**EXTRACTED RECORDS:**
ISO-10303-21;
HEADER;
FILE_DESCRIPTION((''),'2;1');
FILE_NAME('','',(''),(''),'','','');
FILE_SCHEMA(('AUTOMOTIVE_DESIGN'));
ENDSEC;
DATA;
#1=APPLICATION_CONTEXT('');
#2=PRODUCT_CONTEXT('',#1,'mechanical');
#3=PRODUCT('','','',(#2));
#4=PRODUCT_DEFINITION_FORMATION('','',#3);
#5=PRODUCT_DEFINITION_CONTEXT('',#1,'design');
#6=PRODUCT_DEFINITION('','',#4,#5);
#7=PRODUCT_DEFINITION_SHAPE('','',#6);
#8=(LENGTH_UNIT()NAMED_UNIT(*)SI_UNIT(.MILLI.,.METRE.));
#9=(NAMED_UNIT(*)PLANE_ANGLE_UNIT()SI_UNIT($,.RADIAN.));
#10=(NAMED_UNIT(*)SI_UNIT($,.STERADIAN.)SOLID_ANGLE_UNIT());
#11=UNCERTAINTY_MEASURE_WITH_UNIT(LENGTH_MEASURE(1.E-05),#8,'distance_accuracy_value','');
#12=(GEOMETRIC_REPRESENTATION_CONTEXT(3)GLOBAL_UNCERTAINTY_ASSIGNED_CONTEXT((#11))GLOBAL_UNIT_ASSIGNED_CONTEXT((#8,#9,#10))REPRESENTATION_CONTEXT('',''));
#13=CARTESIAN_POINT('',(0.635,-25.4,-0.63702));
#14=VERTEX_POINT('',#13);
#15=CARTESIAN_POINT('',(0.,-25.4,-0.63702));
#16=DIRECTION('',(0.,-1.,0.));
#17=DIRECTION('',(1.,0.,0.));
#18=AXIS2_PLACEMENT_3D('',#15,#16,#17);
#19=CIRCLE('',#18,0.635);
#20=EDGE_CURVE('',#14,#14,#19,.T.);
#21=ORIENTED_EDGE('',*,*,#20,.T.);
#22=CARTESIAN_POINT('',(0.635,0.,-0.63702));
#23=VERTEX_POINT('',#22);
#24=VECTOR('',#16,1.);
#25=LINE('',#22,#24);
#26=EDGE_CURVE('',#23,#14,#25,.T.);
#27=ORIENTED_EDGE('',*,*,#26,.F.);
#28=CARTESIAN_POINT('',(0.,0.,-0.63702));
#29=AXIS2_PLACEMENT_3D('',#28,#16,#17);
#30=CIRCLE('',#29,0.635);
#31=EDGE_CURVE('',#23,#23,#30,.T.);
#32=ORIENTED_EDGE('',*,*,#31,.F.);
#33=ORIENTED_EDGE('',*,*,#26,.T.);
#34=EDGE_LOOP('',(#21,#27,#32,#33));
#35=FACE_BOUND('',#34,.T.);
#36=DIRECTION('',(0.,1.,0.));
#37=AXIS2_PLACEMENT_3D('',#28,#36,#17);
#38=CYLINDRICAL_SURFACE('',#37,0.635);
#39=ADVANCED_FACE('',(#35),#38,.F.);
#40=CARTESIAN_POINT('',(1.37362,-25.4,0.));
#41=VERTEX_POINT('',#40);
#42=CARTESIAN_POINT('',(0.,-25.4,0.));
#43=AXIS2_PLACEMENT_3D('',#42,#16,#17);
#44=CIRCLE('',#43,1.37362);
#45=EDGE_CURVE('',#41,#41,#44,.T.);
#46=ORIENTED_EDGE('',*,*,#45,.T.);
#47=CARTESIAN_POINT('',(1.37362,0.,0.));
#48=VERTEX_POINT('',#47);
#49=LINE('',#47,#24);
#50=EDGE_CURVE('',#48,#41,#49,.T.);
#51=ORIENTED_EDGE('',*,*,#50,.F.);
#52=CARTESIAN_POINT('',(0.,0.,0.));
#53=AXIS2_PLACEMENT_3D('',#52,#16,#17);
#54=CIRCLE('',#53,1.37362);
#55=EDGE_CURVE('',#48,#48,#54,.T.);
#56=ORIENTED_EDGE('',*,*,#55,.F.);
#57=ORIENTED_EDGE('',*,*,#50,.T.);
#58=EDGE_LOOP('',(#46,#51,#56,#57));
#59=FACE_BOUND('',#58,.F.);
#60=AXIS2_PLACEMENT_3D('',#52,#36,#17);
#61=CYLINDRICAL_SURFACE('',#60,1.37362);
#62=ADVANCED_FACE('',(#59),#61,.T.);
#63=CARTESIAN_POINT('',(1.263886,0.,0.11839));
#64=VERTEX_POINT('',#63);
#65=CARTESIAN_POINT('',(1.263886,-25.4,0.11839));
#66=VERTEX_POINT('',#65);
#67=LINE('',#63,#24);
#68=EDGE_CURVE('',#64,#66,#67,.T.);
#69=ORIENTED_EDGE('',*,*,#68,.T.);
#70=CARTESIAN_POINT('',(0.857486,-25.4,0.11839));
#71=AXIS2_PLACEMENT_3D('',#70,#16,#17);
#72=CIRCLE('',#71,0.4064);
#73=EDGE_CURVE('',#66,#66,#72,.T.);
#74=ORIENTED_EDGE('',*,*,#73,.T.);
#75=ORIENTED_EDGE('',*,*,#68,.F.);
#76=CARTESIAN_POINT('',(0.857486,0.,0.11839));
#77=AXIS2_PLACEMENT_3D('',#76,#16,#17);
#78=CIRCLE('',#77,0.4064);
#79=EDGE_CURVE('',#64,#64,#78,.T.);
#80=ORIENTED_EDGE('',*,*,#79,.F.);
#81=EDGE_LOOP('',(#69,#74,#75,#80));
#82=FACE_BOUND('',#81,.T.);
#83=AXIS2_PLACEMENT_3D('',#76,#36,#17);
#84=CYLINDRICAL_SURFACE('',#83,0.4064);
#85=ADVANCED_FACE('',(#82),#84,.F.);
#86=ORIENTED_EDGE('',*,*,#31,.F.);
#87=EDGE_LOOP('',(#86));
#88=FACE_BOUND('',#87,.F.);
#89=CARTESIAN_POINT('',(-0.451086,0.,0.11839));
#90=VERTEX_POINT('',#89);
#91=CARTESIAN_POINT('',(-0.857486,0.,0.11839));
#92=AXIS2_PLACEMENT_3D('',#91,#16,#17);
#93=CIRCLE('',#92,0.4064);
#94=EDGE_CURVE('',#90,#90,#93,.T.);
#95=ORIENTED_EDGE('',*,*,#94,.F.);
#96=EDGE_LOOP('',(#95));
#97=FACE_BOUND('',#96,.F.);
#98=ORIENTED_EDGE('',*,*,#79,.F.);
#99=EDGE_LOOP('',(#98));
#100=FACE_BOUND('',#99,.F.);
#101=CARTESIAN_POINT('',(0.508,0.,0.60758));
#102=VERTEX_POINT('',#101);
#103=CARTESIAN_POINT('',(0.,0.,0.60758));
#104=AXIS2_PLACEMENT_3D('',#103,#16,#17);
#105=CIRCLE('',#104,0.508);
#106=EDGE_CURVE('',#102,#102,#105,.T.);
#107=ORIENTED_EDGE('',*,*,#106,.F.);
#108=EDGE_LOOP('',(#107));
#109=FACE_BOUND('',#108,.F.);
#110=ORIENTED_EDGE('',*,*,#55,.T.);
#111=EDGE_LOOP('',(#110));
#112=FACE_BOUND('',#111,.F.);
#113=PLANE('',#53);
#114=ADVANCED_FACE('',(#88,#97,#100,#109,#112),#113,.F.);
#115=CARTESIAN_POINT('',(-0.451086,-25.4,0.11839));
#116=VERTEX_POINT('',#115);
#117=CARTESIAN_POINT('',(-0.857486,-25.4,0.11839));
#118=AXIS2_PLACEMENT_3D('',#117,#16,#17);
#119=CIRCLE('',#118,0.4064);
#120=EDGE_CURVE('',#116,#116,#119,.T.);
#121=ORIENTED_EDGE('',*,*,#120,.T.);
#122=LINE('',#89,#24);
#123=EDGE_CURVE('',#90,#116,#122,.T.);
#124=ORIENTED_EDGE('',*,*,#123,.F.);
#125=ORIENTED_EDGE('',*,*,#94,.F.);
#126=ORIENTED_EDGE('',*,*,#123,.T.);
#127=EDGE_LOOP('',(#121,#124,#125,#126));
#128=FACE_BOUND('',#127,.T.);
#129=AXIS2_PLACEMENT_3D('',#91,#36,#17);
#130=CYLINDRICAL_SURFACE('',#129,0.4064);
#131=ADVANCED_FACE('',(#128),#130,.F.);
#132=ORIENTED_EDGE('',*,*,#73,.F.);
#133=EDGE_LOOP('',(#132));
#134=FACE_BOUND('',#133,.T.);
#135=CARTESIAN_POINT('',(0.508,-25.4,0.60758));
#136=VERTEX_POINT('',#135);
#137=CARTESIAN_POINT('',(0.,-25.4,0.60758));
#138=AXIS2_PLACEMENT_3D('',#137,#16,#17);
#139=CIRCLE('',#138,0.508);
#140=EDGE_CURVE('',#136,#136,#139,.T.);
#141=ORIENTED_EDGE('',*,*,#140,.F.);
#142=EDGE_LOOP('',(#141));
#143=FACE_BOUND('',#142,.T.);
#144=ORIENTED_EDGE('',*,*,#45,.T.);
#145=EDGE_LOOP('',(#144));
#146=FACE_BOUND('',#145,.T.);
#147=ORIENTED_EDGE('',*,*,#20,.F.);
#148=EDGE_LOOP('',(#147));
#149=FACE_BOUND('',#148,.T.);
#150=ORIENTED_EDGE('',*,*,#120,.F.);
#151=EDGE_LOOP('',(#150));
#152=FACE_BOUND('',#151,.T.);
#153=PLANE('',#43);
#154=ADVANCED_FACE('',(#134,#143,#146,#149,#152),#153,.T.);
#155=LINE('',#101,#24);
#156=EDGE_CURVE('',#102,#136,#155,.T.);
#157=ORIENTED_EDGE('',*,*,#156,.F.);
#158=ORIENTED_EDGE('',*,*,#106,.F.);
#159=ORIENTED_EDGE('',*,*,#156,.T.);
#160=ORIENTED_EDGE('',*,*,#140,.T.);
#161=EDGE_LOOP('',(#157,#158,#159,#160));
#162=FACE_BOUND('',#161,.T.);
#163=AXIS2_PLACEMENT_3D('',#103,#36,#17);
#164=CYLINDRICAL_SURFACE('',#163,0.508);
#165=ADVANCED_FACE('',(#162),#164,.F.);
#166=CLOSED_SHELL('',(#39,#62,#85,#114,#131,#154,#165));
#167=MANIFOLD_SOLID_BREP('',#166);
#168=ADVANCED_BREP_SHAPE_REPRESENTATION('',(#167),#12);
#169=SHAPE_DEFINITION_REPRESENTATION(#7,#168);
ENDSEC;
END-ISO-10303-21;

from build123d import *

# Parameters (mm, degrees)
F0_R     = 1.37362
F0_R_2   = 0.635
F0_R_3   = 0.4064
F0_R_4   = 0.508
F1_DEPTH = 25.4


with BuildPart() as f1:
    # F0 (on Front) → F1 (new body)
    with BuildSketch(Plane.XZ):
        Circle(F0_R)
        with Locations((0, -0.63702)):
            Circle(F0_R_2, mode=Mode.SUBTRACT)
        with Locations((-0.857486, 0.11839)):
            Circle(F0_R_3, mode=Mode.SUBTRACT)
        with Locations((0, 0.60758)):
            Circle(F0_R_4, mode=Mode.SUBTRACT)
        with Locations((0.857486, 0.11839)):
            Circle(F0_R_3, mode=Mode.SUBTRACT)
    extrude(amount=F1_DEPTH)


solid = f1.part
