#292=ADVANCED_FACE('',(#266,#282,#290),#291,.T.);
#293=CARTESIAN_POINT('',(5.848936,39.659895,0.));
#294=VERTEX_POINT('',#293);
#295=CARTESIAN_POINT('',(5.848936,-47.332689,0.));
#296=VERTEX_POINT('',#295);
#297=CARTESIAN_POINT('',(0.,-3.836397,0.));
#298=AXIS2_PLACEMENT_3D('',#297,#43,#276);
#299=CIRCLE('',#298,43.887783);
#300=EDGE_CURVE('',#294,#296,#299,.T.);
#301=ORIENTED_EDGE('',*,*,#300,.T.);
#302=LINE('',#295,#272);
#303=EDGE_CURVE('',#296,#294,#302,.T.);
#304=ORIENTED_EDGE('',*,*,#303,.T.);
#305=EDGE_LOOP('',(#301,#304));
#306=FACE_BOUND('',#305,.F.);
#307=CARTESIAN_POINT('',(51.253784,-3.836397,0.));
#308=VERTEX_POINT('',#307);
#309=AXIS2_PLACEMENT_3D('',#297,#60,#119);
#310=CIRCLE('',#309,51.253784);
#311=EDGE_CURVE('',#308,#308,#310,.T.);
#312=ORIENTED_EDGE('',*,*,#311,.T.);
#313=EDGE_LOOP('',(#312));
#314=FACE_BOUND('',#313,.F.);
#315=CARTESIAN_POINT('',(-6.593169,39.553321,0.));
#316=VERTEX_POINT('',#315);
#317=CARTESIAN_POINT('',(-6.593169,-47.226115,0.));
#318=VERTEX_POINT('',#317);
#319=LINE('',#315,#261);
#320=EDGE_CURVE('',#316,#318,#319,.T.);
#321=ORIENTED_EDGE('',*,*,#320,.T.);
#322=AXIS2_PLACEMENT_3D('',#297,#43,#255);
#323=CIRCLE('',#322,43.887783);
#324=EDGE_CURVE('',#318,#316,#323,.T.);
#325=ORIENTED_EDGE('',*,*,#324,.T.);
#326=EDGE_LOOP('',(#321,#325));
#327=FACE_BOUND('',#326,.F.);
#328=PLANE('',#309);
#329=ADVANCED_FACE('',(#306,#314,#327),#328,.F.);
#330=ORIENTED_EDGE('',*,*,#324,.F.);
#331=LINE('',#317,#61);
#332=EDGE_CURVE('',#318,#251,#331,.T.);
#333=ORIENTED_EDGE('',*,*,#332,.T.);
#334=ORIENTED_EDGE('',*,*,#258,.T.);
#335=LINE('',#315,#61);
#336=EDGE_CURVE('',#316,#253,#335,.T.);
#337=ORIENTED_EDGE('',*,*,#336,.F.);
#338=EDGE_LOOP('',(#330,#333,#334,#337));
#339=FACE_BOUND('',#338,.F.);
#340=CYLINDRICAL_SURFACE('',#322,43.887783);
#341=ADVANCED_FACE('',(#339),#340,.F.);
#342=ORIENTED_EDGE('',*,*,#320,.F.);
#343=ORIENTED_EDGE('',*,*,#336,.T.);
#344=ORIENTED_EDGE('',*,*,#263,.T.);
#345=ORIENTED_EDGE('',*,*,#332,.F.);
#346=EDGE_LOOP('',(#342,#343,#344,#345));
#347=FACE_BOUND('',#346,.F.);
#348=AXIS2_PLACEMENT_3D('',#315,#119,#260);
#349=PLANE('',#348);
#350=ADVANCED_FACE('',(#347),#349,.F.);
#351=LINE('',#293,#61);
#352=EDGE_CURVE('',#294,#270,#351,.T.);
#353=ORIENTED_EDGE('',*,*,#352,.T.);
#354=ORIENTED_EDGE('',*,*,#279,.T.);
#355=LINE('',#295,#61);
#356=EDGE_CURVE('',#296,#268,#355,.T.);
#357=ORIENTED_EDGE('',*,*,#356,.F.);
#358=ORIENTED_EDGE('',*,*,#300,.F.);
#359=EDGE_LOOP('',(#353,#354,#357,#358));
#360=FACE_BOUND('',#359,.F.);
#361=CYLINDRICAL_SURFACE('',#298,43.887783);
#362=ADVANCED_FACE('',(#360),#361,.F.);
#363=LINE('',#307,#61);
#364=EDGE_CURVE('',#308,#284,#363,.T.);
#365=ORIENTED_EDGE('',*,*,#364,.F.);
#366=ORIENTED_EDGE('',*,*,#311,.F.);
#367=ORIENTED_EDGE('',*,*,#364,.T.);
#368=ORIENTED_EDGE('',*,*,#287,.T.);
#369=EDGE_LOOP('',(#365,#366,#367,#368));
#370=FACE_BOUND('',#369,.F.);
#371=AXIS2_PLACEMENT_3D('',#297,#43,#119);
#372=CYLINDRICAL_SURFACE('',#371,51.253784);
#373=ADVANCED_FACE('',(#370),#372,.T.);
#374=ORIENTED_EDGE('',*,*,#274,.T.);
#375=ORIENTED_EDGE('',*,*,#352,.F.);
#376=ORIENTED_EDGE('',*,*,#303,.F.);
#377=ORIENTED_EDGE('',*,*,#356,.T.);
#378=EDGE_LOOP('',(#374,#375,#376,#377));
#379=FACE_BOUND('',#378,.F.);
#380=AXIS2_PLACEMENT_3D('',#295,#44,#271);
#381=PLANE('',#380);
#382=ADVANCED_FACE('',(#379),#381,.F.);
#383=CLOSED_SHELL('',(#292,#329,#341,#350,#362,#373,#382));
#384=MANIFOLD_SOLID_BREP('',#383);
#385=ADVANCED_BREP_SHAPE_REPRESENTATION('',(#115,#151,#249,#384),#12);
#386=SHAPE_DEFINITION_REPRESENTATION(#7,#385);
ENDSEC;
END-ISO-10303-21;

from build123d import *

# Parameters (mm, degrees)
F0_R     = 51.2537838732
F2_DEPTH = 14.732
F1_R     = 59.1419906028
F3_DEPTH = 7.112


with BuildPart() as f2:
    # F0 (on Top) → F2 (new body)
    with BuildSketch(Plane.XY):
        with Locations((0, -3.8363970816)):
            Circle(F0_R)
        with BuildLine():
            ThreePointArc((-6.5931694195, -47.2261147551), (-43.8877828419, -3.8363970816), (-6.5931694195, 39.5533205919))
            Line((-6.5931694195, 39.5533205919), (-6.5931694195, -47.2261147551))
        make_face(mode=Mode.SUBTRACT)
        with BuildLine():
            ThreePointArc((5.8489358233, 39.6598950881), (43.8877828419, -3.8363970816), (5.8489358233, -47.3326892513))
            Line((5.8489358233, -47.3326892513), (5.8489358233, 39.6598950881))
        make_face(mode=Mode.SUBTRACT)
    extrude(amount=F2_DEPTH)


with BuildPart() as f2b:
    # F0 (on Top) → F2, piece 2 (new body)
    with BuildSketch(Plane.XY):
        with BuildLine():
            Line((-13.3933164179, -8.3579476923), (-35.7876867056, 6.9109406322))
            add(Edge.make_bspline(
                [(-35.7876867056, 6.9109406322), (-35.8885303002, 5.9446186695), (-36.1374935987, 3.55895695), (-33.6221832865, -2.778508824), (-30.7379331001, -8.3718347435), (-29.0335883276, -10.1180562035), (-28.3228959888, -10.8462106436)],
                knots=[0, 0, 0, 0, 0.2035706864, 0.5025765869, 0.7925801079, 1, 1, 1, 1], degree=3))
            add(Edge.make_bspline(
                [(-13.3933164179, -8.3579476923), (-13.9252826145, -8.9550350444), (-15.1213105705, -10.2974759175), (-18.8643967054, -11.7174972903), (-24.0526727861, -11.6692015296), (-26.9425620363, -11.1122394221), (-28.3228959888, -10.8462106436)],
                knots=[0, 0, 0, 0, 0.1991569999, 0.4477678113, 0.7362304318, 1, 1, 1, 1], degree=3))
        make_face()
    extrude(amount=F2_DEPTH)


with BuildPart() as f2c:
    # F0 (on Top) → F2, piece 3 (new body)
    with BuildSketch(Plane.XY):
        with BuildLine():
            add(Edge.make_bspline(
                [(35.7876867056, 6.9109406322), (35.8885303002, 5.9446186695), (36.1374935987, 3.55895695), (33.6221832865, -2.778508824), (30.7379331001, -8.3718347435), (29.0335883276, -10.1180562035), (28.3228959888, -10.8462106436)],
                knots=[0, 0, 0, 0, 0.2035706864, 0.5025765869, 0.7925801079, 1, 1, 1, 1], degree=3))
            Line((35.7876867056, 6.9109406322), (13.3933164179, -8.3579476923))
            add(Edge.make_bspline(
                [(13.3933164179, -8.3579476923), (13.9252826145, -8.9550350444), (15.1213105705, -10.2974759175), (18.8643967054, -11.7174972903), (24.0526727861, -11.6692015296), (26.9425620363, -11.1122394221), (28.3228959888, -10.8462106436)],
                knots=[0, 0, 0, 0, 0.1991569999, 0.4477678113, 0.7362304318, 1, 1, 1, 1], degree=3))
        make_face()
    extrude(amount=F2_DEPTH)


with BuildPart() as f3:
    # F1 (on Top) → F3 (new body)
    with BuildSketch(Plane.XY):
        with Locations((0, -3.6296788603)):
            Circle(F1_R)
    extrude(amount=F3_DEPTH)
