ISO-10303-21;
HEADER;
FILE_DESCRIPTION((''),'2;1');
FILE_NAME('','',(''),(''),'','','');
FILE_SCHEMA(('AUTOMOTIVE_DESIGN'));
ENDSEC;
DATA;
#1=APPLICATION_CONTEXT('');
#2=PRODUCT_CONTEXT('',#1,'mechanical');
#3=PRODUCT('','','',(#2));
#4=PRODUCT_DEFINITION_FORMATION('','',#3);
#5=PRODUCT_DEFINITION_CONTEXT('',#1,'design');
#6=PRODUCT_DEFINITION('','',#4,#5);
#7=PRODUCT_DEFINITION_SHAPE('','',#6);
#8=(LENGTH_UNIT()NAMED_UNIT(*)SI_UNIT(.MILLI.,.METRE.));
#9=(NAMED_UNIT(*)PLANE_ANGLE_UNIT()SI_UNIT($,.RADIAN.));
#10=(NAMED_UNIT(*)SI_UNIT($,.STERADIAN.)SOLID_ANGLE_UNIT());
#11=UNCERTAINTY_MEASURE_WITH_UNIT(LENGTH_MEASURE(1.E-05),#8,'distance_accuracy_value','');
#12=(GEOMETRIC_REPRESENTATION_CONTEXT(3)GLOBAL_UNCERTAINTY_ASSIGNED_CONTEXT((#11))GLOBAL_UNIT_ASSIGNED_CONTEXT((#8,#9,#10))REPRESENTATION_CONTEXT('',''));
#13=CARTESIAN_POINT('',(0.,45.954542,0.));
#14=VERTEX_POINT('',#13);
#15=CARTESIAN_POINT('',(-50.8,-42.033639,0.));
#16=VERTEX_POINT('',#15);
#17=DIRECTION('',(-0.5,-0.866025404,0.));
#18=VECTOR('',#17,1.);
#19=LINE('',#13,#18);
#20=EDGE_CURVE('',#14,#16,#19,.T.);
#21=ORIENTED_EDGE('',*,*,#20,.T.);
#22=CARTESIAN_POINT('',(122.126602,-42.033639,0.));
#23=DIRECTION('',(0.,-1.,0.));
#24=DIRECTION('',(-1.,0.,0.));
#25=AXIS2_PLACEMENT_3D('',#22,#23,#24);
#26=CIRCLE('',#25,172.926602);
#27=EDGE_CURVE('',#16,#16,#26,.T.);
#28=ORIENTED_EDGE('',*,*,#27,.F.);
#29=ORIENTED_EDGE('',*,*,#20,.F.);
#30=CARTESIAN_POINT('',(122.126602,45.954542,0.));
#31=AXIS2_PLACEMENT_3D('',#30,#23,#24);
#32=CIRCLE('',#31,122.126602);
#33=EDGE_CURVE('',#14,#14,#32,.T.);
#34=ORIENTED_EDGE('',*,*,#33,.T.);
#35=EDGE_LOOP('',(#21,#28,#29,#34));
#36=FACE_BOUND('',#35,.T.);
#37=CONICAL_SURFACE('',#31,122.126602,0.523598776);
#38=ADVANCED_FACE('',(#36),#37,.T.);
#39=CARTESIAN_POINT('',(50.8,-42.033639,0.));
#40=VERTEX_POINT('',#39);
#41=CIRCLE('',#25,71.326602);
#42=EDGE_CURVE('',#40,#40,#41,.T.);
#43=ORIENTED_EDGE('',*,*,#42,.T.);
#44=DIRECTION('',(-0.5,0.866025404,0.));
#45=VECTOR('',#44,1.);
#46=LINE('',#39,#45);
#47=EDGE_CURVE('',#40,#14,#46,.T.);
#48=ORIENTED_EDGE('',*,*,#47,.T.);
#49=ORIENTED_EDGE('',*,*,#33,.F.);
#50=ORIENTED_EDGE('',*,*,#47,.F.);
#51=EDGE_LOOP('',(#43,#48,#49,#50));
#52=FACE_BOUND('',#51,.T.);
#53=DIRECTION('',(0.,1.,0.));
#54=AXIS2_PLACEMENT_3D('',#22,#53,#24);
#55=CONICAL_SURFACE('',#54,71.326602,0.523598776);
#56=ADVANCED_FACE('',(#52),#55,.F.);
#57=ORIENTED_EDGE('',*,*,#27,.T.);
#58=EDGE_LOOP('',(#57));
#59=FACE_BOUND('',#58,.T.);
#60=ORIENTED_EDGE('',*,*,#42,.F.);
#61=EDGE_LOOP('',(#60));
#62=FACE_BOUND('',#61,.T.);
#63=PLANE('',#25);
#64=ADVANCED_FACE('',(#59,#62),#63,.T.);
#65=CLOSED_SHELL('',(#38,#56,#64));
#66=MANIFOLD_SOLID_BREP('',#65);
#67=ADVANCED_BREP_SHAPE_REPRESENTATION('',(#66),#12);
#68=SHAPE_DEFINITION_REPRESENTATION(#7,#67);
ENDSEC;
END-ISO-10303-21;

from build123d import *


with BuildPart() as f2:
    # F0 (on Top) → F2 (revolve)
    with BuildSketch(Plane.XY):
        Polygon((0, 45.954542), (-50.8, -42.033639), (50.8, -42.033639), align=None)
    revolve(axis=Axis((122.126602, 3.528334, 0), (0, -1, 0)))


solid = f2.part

**ASSIGNMENT:** Send back an exact copy of only the lines from the line with "#38=ADVANCED_FACE('',(#36),#37,.T.);" up to and including the line with "#44=DIRECTION('',(-0.5,0.866025404,0.));" in the data above.

**EXERCISE SOLUTION:**
#38=ADVANCED_FACE('',(#36),#37,.T.);
#39=CARTESIAN_POINT('',(50.8,-42.033639,0.));
#40=VERTEX_POINT('',#39);
#41=CIRCLE('',#25,71.326602);
#42=EDGE_CURVE('',#40,#40,#41,.T.);
#43=ORIENTED_EDGE('',*,*,#42,.T.);
#44=DIRECTION('',(-0.5,0.866025404,0.));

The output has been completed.